Le GNIS, l’ANAMSO, l’UFS, l’ITSAP-Institut de l’abeille, et ADA France se félicitent que le ministère de l’Agriculture reconnaisse le caractère exemplaire de leur initiative dans le cadre du PDDA et espèrent pouvoir proposer cette Charte aux différentes filières de production, pour un meilleur service de pollinisation en France.

Cette charte s’inscrit dans l’action www.beewapi.com initiée par le GNIS, l’ANAMSO et l’UFS en partenariat avec l’ITSAP-Institut de l’abeille.

L’Association nationale des agriculteurs multiplicateurs de semences oléagineuses (ANAMSO) est la structure dédiée à la production de semences oléagineuses.
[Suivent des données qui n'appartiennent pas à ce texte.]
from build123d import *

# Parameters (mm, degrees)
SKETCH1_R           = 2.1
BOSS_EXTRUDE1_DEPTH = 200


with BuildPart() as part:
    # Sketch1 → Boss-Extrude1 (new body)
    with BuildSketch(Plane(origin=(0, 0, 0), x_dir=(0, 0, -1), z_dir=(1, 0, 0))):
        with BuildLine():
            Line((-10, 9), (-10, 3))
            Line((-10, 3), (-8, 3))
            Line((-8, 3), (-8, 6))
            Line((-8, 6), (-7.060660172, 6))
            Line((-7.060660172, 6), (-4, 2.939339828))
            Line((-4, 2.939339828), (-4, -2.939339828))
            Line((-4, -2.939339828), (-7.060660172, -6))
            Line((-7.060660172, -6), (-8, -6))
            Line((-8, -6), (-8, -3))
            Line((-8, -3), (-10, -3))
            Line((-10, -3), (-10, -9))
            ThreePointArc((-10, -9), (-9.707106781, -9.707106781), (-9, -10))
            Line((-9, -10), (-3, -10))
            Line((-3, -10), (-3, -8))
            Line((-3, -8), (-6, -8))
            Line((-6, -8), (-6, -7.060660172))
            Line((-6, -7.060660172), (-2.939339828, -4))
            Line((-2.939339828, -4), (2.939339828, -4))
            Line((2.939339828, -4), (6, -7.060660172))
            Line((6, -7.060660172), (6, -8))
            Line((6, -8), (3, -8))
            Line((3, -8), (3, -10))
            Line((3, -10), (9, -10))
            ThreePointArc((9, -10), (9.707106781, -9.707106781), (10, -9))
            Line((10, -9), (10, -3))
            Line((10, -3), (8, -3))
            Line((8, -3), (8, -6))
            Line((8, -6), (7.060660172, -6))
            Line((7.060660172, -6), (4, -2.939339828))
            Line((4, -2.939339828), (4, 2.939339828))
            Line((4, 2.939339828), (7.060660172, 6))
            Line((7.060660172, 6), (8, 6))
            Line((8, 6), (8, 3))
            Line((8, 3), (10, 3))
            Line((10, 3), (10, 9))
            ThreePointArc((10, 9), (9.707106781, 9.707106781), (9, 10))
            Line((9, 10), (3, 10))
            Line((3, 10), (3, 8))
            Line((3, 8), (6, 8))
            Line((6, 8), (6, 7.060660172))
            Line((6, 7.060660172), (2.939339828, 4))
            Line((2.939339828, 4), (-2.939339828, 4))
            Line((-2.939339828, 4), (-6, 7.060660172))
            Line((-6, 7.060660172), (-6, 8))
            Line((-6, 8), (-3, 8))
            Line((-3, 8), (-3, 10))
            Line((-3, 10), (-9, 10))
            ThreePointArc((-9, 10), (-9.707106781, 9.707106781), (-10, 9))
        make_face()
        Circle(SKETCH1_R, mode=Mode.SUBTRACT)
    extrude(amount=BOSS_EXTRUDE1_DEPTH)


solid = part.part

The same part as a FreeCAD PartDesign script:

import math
import FreeCAD as App
import Part
import Sketcher
from FreeCAD import Vector
Q = App.Units.Quantity

doc = App.newDocument("Part")
body = doc.addObject("PartDesign::Body", "Body")

sketch1 = body.newObject("Sketcher::SketchObject", "Sketch")
sketch1.AttachmentSupport = (doc.getObject("YZ_Plane"), [""])
sketch1.MapMode = "FlatFace"
sketch1.addGeometry([
    Part.LineSegment(Vector(9, 10, 0), Vector(3, 10, 0)),
    Part.LineSegment(Vector(3, 10, 0), Vector(3, 8, 0)),
    Part.LineSegment(Vector(3, 8, 0), Vector(6, 8, 0)),
    Part.LineSegment(Vector(6, 8, 0), Vector(6, 7.1, 0)),
    Part.LineSegment(Vector(6, 7.1, 0), Vector(2.9, 4, 0)),
    Part.LineSegment(Vector(2.9, 4, 0), Vector(-2.9, 4, 0)),
    Part.LineSegment(Vector(-2.9, 4, 0), Vector(-6, 7.1, 0)),
    Part.LineSegment(Vector(-6, 7.1, 0), Vector(-6, 8, 0)),
    Part.LineSegment(Vector(-6, 8, 0), Vector(-3, 8, 0)),
    Part.LineSegment(Vector(-3, 8, 0), Vector(-3, 10, 0)),
    Part.LineSegment(Vector(-3, 10, 0), Vector(-9, 10, 0)),
    Part.ArcOfCircle(Part.Circle(Vector(-9, 9, 0), Vector(0, 0, 1), 1), math.radians(90), math.radians(180)),
    Part.LineSegment(Vector(-10, 9, 0), Vector(-10, 3, 0)),
    Part.LineSegment(Vector(-10, 3, 0), Vector(-8, 3, 0)),
    Part.LineSegment(Vector(-8, 3, 0), Vector(-8, 6, 0)),
    Part.LineSegment(Vector(-8, 6, 0), Vector(-7.1, 6, 0)),
    Part.LineSegment(Vector(-7.1, 6, 0), Vector(-4, 2.9, 0)),
    Part.LineSegment(Vector(-4, 2.9, 0), Vector(-4, -2.9, 0)),
    Part.LineSegment(Vector(-4, -2.9, 0), Vector(-7.1, -6, 0)),
    Part.LineSegment(Vector(-7.1, -6, 0), Vector(-8, -6, 0)),
    Part.LineSegment(Vector(-8, -6, 0), Vector(-8, -3, 0)),
    Part.LineSegment(Vector(-8, -3, 0), Vector(-10, -3, 0)),
    Part.LineSegment(Vector(-10, -3, 0), Vector(-10, -9, 0)),
    Part.ArcOfCircle(Part.Circle(Vector(-9, -9, 0), Vector(0, 0, 1), 1), math.radians(-180), math.radians(-90)),
    Part.LineSegment(Vector(-9, -10, 0), Vector(-3, -10, 0)),
    Part.LineSegment(Vector(-3, -10, 0), Vector(-3, -8, 0)),
    Part.LineSegment(Vector(-3, -8, 0), Vector(-6, -8, 0)),
    Part.LineSegment(Vector(-6, -8, 0), Vector(-6, -7.1, 0)),
    Part.LineSegment(Vector(-6, -7.1, 0), Vector(-2.9, -4, 0)),
    Part.LineSegment(Vector(-2.9, -4, 0), Vector(2.9, -4, 0)),
    Part.LineSegment(Vector(2.9, -4, 0), Vector(6, -7.1, 0)),
    Part.LineSegment(Vector(6, -7.1, 0), Vector(6, -8, 0)),
    Part.LineSegment(Vector(6, -8, 0), Vector(3, -8, 0)),
    Part.LineSegment(Vector(3, -8, 0), Vector(3, -10, 0)),
    Part.LineSegment(Vector(3, -10, 0), Vector(9, -10, 0)),
    Part.ArcOfCircle(Part.Circle(Vector(9, -9, 0), Vector(0, 0, 1), 1), math.radians(-90), math.radians(0)),
    Part.LineSegment(Vector(10, -9, 0), Vector(10, -3, 0)),
    Part.LineSegment(Vector(10, -3, 0), Vector(8, -3, 0)),
    Part.LineSegment(Vector(8, -3, 0), Vector(8, -6, 0)),
    Part.LineSegment(Vector(8, -6, 0), Vector(7.1, -6, 0)),
    Part.LineSegment(Vector(7.1, -6, 0), Vector(4, -2.9, 0)),
    Part.LineSegment(Vector(4, -2.9, 0), Vector(4, 2.9, 0)),
    Part.LineSegment(Vector(4, 2.9, 0), Vector(7.1, 6, 0)),
    Part.LineSegment(Vector(7.1, 6, 0), Vector(8, 6, 0)),
    Part.LineSegment(Vector(8, 6, 0), Vector(8, 3, 0)),
    Part.LineSegment(Vector(8, 3, 0), Vector(10, 3, 0)),
    Part.LineSegment(Vector(10, 3, 0), Vector(10, 9, 0)),
    Part.ArcOfCircle(Part.Circle(Vector(9, 9, 0), Vector(0, 0, 1), 1), math.radians(0), math.radians(90)),
    Part.Circle(Vector(0, 0, 0), Vector(0, 0, 1), 2.1),
], False)
sketch1.addConstraint([
    Sketcher.Constraint("Coincident", 0, 2, 1, 1),
    Sketcher.Constraint("Coincident", 1, 2, 2, 1),
    Sketcher.Constraint("Coincident", 2, 2, 3, 1),
    Sketcher.Constraint("Coincident", 3, 2, 4, 1),
    Sketcher.Constraint("Coincident", 4, 2, 5, 1),
    Sketcher.Constraint("Coincident", 5, 2, 6, 1),
    Sketcher.Constraint("Coincident", 6, 2, 7, 1),
    Sketcher.Constraint("Coincident", 7, 2, 8, 1),
    Sketcher.Constraint("Coincident", 8, 2, 9, 1),
    Sketcher.Constraint("Coincident", 9, 2, 10, 1),
    Sketcher.Constraint("Tangent", 10, 2, 11, 1),
    Sketcher.Constraint("Tangent", 11, 2, 12, 1),
    Sketcher.Constraint("Coincident", 12, 2, 13, 1),
    Sketcher.Constraint("Coincident", 13, 2, 14, 1),
    Sketcher.Constraint("Coincident", 14, 2, 15, 1),
    Sketcher.Constraint("Coincident", 15, 2, 16, 1),
    Sketcher.Constraint("Coincident", 16, 2, 17, 1),
    Sketcher.Constraint("Coincident", 17, 2, 18, 1),
    Sketcher.Constraint("Coincident", 18, 2, 19, 1),
    Sketcher.Constraint("Coincident", 19, 2, 20, 1),
    Sketcher.Constraint("Coincident", 20, 2, 21, 1),
    Sketcher.Constraint("Coincident", 21, 2, 22, 1),
    Sketcher.Constraint("Tangent", 22, 2, 23, 1),
    Sketcher.Constraint("Tangent", 23, 2, 24, 1),
    Sketcher.Constraint("Coincident", 24, 2, 25, 1),
    Sketcher.Constraint("Coincident", 25, 2, 26, 1),
    Sketcher.Constraint("Coincident", 26, 2, 27, 1),
    Sketcher.Constraint("Coincident", 27, 2, 28, 1),
    Sketcher.Constraint("Coincident", 28, 2, 29, 1),
    Sketcher.Constraint("Coincident", 29, 2, 30, 1),
    Sketcher.Constraint("Coincident", 30, 2, 31, 1),
    Sketcher.Constraint("Coincident", 31, 2, 32, 1),
    Sketcher.Constraint("Coincident", 32, 2, 33, 1),
    Sketcher.Constraint("Coincident", 33, 2, 34, 1),
    Sketcher.Constraint("Tangent", 34, 2, 35, 1),
    Sketcher.Constraint("Tangent", 35, 2, 36, 1),
    Sketcher.Constraint("Coincident", 36, 2, 37, 1),
    Sketcher.Constraint("Coincident", 37, 2, 38, 1),
    Sketcher.Constraint("Coincident", 38, 2, 39, 1),
    Sketcher.Constraint("Coincident", 39, 2, 40, 1),
    Sketcher.Constraint("Coincident", 40, 2, 41, 1),
    Sketcher.Constraint("Coincident", 41, 2, 42, 1),
    Sketcher.Constraint("Coincident", 42, 2, 43, 1),
    Sketcher.Constraint("Coincident", 43, 2, 44, 1),
    Sketcher.Constraint("Coincident", 44, 2, 45, 1),
    Sketcher.Constraint("Coincident", 45, 2, 46, 1),
    Sketcher.Constraint("Tangent", 46, 2, 47, 1),
    Sketcher.Constraint("Tangent", 47, 2, 0, 1),
    Sketcher.Constraint("Horizontal", 0),
    Sketcher.Constraint("Vertical", 1),
    Sketcher.Constraint("Horizontal", 2),
    Sketcher.Constraint("Vertical", 3),
    Sketcher.Constraint("Horizontal", 5),
    Sketcher.Constraint("Vertical", 7),
    Sketcher.Constraint("Horizontal", 8),
    Sketcher.Constraint("Vertical", 9),
    Sketcher.Constraint("Horizontal", 10),
    Sketcher.Constraint("Vertical", 12),
    Sketcher.Constraint("Horizontal", 13),
    Sketcher.Constraint("Vertical", 14),
    Sketcher.Constraint("Horizontal", 15),
    Sketcher.Constraint("Vertical", 17),
    Sketcher.Constraint("Horizontal", 19),
    Sketcher.Constraint("Vertical", 20),
    Sketcher.Constraint("Horizontal", 21),
    Sketcher.Constraint("Vertical", 22),
    Sketcher.Constraint("Horizontal", 24),
    Sketcher.Constraint("Vertical", 25),
    Sketcher.Constraint("Horizontal", 26),
    Sketcher.Constraint("Vertical", 27),
    Sketcher.Constraint("Horizontal", 29),
    Sketcher.Constraint("Vertical", 31),
    Sketcher.Constraint("Horizontal", 32),
    Sketcher.Constraint("Vertical", 33),
    Sketcher.Constraint("Horizontal", 34),
    Sketcher.Constraint("Vertical", 36),
    Sketcher.Constraint("Horizontal", 37),
    Sketcher.Constraint("Vertical", 38),
    Sketcher.Constraint("Horizontal", 39),
    Sketcher.Constraint("Vertical", 41),
    Sketcher.Constraint("Horizontal", 43),
    Sketcher.Constraint("Vertical", 44),
    Sketcher.Constraint("Horizontal", 45),
    Sketcher.Constraint("Vertical", 46),
    Sketcher.Constraint("Coincident", 48, 3, -1, 1),
    Sketcher.Constraint("Equal", 11, 23),
    Sketcher.Constraint("Equal", 23, 35),
    Sketcher.Constraint("Equal", 35, 47),
    Sketcher.Constraint("Symmetric", 11, 3, 35, 3, -1, 1),
    Sketcher.Constraint("Symmetric", 23, 3, 47, 3, -1, 1),
    Sketcher.Constraint("Symmetric", 1, 2, 25, 2, -1, 1),
    Sketcher.Constraint("Symmetric", 3, 2, 27, 2, -1, 1),
    Sketcher.Constraint("Symmetric", 4, 2, 28, 2, -1, 1),
    Sketcher.Constraint("Symmetric", 6, 2, 30, 2, -1, 1),
    Sketcher.Constraint("Symmetric", 8, 2, 32, 2, -1, 1),
    Sketcher.Constraint("Symmetric", 13, 2, 37, 2, -1, 1),
    Sketcher.Constraint("Symmetric", 15, 2, 39, 2, -1, 1),
    Sketcher.Constraint("Symmetric", 16, 2, 40, 2, -1, 1),
    Sketcher.Constraint("Symmetric", 18, 2, 42, 2, -1, 1),
    Sketcher.Constraint("Symmetric", 20, 2, 44, 2, -1, 1),
    Sketcher.Constraint("Symmetric", 23, 3, 35, 3, -2),
    Sketcher.Constraint("Symmetric", 3, 2, 6, 2, -2),
    Sketcher.Constraint("Symmetric", 1, 2, 8, 2, -2),
    Sketcher.Constraint("Symmetric", 20, 2, 37, 2, -2),
    Sketcher.Constraint("Symmetric", 18, 2, 39, 2, -2),
    Sketcher.Constraint("Perpendicular", 4, 6),
    Sketcher.Constraint("Parallel", 6, 16),
    Sketcher.Constraint("Perpendicular", 16, 18),
    Sketcher.Constraint("Perpendicular", 28, 30),
    Sketcher.Constraint("Perpendicular", 40, 42),
    Sketcher.Constraint("Horizontal", 17, 2, 40, 2),
    Sketcher.Constraint("Equal", 45, 1),
    Sketcher.Constraint("Equal", 43, 3),
    Sketcher.Constraint("Equal", 34, 12),
    Sketcher.Constraint("Equal", 32, 14),
    Sketcher.Constraint("Equal", 29, 17),
    Sketcher.Constraint("Equal", 6, 16),
    Sketcher.Constraint("Radius", 11, Q("1 mm")),
    Sketcher.Constraint("Diameter", 48, Q("4.2 mm")),
    Sketcher.Constraint("DistanceX", 0, 2, 0, 1, Q("6 mm")),
    Sketcher.Constraint("DistanceX", 2, 1, 2, 2, Q("3 mm")),
    Sketcher.Constraint("DistanceX", 13, 1, 13, 2, Q("2 mm")),
    Sketcher.Constraint("DistanceX", 11, 3, -1, 1, Q("9 mm")),
    Sketcher.Constraint("DistanceY", -1, 1, 4, 2, Q("4 mm")),
    Sketcher.Constraint("DistanceX", 5, 2, 5, 1, Q("5.87868 mm")),
])
pad1 = body.newObject("PartDesign::Pad", "Pad")
pad1.Profile = sketch1
pad1.Length = 200

doc.recompute()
Depuis 50 ans elle défend les intérêts techniques et économiques des producteurs qu’elle accompagne dans l’exercice de leur métier.

Elle est également chargée de proposer aux pouvoirs publics toutes les mesures utiles qui intéressent la production de semences oléagineuses, de promouvoir et favoriser tous les progrès techniques dans le domaine qui lui est propre.

Le Groupement national interprofessionnel des semences et plants (GNIS) rassemble toutes les parties prenantes de la filière semences française, soit 72 entreprises de sélection, 249 entreprises de production, 17 800 agriculteurs multiplicateurs, 23 000 points de vente ainsi que les utilisateurs, agriculteurs et transformateurs.

L’Institut technique et scientifique de l’apiculture et de la pollinisation (ITSAP-Institut de l’abeille) a pour objectif de concourir au développement de l’apiculture à travers l’expérimentation, la recherche appliquée, l’assistance technique et économique, l’animation, la diffusion et la formation. Il fédère et accompagne les professionnels et les groupements de la filière apicole tout en mettant à leur service son expérience et ses compétences.

ADA France, fédération nationale du réseau du développement apicole, a pour objectif de concourir au développement de l’apiculture, à travers l’appui à l’installation et accompagnement administratif et technique des apiculteurs (actifs, nouveaux installés et porteurs de projets), diffusion de documents et d’informations techniques et économiques, formation continue et de regrouper et animer au plan national, les groupements de développement apicole à vocation professionnelle (ADA).

L’Union française des semenciers (UFS) est l’organisation professionnelle qui représente 130 entreprises semencières implantées en France et qui ont pour activités la création de variétés végétales, la production et la mise en marché de semences pour l’agriculture, les jardins et les paysages.

Interlocuteur de référence pour l’industrie des semences, elle porte la voix de ses adhérents dans une interprofession forte. Au sein des filières, les semenciers participent à la construction d’une activité économique structurée, dynamique, responsable et pérenne.